[Collected data entries]
::::
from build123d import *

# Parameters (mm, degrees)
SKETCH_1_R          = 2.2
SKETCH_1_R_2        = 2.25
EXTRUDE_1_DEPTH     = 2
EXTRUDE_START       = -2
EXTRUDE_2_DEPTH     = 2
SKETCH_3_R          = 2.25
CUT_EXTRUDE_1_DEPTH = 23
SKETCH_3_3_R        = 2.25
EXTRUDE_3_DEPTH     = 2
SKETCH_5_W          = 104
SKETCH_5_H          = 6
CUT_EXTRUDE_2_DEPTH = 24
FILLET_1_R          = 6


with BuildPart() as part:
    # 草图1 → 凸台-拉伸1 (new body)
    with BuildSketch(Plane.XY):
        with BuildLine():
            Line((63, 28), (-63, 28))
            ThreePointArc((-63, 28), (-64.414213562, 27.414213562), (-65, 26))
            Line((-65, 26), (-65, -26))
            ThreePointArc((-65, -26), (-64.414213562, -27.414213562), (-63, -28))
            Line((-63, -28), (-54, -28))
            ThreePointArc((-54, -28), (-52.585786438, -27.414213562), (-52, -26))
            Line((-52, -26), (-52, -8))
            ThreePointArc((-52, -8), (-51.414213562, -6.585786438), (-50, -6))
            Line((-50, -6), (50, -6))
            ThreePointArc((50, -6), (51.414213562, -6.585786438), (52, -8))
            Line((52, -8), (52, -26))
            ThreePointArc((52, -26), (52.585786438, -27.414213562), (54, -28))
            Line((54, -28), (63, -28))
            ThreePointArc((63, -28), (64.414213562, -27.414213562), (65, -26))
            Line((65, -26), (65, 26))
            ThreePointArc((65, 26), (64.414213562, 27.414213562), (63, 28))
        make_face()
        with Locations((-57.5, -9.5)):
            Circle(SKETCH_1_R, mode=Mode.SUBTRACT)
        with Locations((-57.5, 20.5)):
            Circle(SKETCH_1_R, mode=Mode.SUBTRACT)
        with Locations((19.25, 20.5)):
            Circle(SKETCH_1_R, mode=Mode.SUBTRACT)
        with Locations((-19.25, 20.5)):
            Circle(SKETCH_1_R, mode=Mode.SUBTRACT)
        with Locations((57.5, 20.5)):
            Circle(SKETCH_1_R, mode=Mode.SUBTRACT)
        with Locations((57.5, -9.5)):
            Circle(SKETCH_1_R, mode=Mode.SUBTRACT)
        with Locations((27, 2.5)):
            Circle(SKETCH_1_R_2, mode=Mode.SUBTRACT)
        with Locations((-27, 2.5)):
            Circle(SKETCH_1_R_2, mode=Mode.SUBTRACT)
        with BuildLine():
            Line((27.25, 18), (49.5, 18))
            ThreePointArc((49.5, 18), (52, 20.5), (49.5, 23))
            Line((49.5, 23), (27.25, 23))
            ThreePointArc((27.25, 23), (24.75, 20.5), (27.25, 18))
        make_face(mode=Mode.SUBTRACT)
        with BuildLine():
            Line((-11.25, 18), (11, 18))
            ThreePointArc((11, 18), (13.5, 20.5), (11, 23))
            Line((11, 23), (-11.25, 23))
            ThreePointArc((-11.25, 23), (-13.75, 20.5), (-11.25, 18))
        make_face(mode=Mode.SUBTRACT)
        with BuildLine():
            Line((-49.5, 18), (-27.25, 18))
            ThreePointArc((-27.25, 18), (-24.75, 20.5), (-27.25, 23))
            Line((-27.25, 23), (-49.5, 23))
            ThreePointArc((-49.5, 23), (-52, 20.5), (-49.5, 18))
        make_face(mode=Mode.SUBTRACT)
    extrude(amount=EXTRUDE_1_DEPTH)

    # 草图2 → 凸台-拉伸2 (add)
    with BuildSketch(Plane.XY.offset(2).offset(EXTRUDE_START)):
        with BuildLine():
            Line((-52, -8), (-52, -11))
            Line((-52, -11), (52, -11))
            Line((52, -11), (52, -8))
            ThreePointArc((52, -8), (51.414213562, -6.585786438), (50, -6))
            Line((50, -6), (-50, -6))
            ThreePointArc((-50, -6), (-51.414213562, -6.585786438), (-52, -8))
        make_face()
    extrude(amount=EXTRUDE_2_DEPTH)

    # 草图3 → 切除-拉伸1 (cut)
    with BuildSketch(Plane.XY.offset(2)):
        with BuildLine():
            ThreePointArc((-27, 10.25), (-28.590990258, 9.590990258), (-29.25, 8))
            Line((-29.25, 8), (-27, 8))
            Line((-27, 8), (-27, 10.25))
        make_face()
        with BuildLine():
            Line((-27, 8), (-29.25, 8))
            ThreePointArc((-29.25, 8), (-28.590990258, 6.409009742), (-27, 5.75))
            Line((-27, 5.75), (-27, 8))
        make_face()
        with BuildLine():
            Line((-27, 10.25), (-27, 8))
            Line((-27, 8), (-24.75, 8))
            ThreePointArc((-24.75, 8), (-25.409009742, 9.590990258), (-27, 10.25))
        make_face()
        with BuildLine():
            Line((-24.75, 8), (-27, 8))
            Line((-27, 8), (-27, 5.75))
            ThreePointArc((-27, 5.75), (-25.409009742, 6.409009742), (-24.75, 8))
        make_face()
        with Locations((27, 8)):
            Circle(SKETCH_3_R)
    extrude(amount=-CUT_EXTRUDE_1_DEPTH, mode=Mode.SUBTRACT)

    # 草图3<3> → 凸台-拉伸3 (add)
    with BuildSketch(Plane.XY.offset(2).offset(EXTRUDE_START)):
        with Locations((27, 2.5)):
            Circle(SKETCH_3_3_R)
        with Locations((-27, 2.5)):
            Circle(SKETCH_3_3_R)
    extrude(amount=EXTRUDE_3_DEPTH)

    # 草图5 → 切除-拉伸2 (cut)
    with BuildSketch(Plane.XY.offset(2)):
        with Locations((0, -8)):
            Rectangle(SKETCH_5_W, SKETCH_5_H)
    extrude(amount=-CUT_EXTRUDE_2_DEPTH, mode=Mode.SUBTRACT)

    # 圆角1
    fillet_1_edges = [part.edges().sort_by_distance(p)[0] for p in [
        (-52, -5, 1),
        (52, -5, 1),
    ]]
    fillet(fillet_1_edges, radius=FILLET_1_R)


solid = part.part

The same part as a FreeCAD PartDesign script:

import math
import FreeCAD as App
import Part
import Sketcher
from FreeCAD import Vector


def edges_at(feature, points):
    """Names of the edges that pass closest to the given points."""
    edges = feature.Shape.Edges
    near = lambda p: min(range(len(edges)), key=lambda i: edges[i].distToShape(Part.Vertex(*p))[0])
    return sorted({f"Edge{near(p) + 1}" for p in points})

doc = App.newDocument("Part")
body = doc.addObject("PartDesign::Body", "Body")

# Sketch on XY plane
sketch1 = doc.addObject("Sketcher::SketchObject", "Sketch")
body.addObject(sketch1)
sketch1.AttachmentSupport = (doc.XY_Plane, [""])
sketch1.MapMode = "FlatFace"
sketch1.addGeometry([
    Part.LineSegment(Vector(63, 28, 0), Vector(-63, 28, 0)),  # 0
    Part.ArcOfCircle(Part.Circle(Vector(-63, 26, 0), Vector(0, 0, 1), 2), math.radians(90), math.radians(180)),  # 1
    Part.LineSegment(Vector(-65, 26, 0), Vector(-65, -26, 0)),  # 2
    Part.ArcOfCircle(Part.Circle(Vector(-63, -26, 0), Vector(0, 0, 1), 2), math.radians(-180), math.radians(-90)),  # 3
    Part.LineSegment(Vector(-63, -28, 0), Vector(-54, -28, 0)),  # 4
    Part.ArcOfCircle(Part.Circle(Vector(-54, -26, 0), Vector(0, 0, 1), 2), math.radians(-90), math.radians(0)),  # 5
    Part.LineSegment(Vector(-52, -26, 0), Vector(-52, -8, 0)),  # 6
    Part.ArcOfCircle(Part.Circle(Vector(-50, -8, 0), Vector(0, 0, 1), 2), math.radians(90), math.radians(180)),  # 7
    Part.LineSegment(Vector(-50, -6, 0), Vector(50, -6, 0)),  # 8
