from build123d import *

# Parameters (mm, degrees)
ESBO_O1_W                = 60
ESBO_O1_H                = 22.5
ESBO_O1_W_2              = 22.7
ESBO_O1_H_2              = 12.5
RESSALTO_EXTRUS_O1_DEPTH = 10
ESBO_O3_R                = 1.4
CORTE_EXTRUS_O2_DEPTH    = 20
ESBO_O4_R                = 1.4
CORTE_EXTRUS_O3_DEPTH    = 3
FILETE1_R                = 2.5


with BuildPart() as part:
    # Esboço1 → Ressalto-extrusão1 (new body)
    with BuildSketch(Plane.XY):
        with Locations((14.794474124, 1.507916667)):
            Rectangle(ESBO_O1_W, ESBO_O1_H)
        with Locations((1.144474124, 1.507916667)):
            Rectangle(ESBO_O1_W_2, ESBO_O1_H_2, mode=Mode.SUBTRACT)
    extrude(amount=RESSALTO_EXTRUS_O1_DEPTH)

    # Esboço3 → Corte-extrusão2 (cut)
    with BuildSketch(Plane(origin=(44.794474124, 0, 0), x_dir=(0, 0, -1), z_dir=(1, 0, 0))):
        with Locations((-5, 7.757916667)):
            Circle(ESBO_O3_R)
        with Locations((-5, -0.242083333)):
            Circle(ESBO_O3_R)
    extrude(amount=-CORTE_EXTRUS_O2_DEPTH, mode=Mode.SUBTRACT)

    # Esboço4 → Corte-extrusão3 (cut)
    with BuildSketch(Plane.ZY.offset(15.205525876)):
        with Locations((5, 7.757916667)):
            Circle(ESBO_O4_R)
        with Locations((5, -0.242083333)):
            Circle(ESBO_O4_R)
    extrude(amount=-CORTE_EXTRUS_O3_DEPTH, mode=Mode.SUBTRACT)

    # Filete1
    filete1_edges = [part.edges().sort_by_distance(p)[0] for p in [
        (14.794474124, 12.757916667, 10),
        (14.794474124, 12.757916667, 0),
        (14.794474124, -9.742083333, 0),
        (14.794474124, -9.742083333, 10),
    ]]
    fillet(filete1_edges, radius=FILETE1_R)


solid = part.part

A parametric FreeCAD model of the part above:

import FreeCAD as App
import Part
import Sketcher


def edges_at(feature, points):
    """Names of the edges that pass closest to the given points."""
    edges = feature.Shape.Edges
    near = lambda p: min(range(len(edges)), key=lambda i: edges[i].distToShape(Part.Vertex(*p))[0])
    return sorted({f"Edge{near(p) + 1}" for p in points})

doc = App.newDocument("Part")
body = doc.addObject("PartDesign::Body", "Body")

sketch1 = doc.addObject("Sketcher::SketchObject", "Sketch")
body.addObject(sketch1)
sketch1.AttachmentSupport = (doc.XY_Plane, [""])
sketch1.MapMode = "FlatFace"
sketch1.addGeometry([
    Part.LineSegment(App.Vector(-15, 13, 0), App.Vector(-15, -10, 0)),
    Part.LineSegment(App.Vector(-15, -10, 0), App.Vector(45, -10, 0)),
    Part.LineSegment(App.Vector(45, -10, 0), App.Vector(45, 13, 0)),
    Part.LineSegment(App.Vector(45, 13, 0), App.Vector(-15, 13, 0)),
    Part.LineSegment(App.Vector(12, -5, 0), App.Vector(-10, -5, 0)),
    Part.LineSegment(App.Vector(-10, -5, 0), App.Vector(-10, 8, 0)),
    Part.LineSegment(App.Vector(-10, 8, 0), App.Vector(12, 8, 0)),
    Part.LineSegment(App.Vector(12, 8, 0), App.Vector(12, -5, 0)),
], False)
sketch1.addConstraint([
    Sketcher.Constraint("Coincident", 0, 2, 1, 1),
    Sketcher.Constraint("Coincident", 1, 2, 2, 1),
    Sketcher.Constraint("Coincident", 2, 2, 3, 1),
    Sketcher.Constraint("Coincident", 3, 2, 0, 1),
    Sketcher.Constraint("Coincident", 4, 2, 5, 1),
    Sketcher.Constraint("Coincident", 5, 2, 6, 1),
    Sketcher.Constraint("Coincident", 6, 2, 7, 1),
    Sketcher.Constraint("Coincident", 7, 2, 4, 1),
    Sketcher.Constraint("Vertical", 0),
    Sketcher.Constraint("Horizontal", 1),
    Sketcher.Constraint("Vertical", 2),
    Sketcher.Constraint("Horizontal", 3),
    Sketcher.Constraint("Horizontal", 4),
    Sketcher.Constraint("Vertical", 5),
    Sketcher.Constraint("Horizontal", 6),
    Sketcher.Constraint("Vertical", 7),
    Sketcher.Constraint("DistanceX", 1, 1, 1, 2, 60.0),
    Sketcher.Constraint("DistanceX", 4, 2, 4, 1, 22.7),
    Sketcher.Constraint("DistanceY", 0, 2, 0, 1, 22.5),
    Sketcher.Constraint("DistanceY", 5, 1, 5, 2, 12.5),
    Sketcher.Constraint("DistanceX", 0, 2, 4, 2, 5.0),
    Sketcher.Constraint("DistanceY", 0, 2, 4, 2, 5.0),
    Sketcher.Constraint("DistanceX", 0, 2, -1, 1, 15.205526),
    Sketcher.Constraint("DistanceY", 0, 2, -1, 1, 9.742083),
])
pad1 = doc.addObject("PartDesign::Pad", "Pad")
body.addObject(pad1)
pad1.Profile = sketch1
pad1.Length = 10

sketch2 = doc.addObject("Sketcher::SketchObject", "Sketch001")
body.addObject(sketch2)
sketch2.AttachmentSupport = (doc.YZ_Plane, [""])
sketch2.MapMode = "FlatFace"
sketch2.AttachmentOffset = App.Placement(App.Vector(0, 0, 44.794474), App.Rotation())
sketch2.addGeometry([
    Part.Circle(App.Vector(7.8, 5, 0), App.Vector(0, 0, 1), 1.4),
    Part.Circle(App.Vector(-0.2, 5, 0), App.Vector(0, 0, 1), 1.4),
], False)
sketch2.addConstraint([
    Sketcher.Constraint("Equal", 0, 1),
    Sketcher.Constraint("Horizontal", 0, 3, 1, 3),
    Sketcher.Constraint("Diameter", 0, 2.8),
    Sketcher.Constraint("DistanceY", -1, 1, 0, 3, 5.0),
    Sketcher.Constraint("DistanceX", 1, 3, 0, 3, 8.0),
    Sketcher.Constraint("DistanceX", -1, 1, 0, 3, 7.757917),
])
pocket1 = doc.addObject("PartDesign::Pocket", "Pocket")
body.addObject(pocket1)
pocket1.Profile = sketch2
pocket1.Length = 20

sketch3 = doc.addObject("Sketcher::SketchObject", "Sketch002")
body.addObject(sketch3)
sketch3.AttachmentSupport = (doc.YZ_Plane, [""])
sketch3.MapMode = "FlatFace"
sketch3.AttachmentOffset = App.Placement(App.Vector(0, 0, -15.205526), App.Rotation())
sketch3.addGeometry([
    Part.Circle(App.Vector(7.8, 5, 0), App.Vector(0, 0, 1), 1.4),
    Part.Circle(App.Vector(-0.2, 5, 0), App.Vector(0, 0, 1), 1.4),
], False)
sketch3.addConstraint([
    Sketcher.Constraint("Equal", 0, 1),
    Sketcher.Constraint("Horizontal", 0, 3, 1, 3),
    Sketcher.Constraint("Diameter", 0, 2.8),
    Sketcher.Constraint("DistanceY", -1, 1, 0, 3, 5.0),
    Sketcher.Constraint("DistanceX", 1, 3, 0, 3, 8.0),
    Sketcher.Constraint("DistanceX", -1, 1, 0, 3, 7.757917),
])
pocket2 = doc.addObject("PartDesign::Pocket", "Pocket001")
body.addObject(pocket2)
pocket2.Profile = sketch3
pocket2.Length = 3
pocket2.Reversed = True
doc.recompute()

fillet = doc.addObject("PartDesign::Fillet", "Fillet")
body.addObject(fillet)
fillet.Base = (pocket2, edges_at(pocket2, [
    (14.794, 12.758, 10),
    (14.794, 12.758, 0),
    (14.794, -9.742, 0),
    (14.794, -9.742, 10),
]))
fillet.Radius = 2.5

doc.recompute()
::::
■ **WHAT IS REQUIRED**: The lines of the records that contain the string "amount" should be located and copied.

■ **RESULT OF THIS TASK**:
    extrude(amount=EXTRUDE_1_DEPTH)
    extrude(amount=EXTRUDE_2_DEPTH)
    extrude(amount=-CUT_EXTRUDE_1_DEPTH, mode=Mode.SUBTRACT)
    extrude(amount=EXTRUDE_3_DEPTH)
    extrude(amount=-CUT_EXTRUDE_2_DEPTH, mode=Mode.SUBTRACT)
    extrude(amount=RESSALTO_EXTRUS_O1_DEPTH)
    extrude(amount=-CORTE_EXTRUS_O2_DEPTH, mode=Mode.SUBTRACT)
    extrude(amount=-CORTE_EXTRUS_O3_DEPTH, mode=Mode.SUBTRACT)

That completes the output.